**Directions for this task**. Restate word for word the entries below, starting with the line with "v 52.524 32.768 2.5" and continuing through the line with "v 54.209 32.895 2.5". Include both of those lines and no others.

+ + + +

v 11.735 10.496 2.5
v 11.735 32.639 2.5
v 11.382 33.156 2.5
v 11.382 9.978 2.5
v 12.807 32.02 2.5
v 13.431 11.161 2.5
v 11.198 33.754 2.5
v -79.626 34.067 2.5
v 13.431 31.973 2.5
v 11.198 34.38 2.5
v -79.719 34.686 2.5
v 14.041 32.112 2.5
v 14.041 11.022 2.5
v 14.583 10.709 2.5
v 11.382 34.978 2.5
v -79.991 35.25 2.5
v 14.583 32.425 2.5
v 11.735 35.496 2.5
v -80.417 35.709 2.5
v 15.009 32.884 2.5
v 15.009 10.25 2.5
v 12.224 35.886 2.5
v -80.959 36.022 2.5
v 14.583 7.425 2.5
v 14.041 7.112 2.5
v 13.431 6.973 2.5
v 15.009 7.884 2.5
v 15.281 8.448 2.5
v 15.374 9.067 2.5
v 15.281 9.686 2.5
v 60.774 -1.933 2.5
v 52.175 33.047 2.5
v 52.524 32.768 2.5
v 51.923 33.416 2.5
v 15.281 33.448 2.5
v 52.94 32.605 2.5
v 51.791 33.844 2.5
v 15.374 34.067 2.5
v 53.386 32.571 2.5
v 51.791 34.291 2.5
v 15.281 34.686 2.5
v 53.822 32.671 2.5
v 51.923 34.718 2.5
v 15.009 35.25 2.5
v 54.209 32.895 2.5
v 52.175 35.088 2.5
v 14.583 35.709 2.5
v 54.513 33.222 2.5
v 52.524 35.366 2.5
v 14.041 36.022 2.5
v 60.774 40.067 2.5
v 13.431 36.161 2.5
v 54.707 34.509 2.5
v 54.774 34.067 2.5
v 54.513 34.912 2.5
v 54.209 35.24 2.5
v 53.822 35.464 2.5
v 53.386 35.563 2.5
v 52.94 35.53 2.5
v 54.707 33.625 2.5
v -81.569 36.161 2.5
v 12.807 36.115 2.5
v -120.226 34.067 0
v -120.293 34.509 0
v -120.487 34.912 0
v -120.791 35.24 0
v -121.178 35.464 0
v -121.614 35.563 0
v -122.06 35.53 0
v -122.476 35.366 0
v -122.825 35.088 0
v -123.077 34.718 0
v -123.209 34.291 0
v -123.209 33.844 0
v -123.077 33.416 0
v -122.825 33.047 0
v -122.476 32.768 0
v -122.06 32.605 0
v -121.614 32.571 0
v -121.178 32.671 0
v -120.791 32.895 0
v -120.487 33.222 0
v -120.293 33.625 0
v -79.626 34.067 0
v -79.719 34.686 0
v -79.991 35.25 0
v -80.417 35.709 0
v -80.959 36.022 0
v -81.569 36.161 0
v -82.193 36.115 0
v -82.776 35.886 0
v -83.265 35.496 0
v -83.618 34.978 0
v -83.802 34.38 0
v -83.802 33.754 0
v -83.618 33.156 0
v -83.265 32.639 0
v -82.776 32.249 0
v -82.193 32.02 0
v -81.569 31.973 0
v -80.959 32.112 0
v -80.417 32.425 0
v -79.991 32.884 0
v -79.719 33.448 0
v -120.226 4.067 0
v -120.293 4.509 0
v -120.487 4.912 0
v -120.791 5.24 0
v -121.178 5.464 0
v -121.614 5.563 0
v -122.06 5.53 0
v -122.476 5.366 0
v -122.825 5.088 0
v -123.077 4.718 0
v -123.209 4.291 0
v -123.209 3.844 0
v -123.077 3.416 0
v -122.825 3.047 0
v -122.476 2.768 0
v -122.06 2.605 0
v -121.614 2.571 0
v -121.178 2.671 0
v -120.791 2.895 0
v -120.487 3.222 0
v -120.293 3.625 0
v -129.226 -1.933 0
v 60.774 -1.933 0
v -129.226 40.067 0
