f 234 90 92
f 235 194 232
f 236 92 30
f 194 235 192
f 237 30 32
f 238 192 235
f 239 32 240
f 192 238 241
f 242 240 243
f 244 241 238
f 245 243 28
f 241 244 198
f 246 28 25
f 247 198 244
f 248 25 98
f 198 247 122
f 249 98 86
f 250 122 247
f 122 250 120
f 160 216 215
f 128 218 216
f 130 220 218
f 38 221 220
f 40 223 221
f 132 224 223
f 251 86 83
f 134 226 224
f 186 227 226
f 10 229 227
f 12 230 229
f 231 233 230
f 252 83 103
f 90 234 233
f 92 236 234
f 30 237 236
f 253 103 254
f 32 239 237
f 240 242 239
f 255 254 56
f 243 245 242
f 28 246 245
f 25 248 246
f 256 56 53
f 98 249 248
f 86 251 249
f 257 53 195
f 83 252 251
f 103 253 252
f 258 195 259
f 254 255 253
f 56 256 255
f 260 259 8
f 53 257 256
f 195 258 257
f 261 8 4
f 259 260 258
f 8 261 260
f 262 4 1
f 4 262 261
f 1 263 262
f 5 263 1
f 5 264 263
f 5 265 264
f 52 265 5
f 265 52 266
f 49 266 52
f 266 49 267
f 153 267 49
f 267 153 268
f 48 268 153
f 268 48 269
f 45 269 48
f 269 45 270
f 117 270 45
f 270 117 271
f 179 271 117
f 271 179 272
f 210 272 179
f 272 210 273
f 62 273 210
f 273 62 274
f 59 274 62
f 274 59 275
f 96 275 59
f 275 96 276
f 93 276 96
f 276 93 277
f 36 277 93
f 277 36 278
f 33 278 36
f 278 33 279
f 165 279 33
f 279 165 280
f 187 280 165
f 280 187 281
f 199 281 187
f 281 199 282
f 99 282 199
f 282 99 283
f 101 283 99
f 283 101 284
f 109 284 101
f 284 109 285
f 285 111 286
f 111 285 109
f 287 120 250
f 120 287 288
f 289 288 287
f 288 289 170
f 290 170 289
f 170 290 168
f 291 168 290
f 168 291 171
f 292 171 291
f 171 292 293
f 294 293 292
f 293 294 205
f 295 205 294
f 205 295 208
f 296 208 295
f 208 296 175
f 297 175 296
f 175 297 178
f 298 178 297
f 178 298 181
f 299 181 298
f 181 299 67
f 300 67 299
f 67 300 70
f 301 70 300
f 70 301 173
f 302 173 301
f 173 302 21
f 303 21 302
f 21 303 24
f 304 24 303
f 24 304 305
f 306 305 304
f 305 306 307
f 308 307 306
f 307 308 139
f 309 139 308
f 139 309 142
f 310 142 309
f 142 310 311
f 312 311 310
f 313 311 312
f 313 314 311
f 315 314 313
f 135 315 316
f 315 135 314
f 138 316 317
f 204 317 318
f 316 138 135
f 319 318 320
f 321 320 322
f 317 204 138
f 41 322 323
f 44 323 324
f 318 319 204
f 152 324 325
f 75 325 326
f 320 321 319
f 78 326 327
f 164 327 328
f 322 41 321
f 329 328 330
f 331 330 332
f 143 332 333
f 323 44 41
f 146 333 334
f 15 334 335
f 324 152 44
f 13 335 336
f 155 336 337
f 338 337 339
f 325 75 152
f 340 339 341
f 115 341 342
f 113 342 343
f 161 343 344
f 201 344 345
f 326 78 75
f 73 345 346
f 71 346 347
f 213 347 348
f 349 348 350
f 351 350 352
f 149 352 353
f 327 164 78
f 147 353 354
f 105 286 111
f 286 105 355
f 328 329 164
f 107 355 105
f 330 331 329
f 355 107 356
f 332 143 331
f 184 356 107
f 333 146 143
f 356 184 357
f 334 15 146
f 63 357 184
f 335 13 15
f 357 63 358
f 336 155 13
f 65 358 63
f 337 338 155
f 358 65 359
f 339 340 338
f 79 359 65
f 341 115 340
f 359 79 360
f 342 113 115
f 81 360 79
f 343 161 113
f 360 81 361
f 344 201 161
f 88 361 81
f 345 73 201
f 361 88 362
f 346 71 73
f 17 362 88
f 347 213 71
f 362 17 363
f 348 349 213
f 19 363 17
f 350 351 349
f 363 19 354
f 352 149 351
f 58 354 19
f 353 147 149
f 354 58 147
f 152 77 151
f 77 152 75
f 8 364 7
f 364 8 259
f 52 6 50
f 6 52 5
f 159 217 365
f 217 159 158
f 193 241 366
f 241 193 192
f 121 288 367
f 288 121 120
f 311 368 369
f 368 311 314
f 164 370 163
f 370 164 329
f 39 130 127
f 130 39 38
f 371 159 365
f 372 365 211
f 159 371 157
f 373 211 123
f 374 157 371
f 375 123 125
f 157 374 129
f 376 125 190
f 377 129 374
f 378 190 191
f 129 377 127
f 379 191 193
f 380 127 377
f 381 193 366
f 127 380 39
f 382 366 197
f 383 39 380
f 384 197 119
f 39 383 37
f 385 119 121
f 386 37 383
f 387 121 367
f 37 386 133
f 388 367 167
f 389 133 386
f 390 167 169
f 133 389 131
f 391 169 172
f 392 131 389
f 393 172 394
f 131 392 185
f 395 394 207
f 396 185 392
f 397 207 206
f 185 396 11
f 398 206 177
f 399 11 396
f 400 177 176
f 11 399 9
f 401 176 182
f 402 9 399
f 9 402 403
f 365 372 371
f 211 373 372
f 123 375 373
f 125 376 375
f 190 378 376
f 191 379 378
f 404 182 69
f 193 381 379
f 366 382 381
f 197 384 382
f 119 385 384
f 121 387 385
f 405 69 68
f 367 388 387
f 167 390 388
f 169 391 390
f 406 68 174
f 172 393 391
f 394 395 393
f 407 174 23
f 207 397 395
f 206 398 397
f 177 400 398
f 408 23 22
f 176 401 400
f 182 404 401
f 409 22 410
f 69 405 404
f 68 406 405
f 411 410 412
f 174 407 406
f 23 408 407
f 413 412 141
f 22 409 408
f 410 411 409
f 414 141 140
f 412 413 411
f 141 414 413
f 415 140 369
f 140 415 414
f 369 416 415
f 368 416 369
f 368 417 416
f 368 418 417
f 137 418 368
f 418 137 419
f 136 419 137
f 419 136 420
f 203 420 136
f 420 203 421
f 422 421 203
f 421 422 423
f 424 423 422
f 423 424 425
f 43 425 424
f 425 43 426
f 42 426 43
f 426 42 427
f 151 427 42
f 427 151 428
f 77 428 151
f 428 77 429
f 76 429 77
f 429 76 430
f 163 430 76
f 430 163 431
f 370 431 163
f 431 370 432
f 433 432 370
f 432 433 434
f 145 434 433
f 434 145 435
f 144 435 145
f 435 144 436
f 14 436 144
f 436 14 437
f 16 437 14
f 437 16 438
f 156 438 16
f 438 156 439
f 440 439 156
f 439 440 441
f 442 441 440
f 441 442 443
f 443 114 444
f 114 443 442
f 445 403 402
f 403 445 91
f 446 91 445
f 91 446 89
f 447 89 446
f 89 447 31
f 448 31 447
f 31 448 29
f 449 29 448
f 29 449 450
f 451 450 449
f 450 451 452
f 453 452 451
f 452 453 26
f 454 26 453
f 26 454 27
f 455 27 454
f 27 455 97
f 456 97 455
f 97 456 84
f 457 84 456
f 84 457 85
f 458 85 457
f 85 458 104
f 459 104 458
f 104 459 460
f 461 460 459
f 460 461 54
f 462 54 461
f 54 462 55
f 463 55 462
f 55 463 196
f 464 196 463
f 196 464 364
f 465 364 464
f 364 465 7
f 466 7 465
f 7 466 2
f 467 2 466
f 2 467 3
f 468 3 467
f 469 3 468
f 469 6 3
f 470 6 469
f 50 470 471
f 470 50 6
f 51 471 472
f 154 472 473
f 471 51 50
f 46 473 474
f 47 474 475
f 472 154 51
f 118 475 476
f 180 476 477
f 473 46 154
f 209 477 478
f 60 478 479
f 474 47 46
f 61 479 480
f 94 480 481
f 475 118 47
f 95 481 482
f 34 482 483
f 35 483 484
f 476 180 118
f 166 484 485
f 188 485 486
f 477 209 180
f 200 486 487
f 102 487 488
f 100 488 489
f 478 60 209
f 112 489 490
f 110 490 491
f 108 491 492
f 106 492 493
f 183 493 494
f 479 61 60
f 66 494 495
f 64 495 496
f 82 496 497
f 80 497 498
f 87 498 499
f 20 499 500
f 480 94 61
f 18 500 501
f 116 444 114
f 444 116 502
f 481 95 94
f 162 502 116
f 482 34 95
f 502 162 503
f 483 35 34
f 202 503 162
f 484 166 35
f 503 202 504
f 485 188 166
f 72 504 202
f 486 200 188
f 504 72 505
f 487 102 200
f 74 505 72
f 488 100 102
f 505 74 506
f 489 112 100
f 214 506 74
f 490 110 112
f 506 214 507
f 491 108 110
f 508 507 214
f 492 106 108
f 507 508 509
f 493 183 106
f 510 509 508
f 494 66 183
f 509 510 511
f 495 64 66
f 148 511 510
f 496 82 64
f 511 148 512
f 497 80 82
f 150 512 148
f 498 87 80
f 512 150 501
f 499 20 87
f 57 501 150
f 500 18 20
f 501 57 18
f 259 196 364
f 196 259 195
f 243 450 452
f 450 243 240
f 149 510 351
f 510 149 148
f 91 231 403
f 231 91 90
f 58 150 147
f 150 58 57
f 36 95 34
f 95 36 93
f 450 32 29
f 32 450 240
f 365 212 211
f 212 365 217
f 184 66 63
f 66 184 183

+ + + +

**Exercise response**.
v 52.524 32.768 2.5
v 51.923 33.416 2.5
v 15.281 33.448 2.5
v 52.94 32.605 2.5
v 51.791 33.844 2.5
v 15.374 34.067 2.5
v 53.386 32.571 2.5
v 51.791 34.291 2.5
v 15.281 34.686 2.5
v 53.822 32.671 2.5
v 51.923 34.718 2.5
v 15.009 35.25 2.5
v 54.209 32.895 2.5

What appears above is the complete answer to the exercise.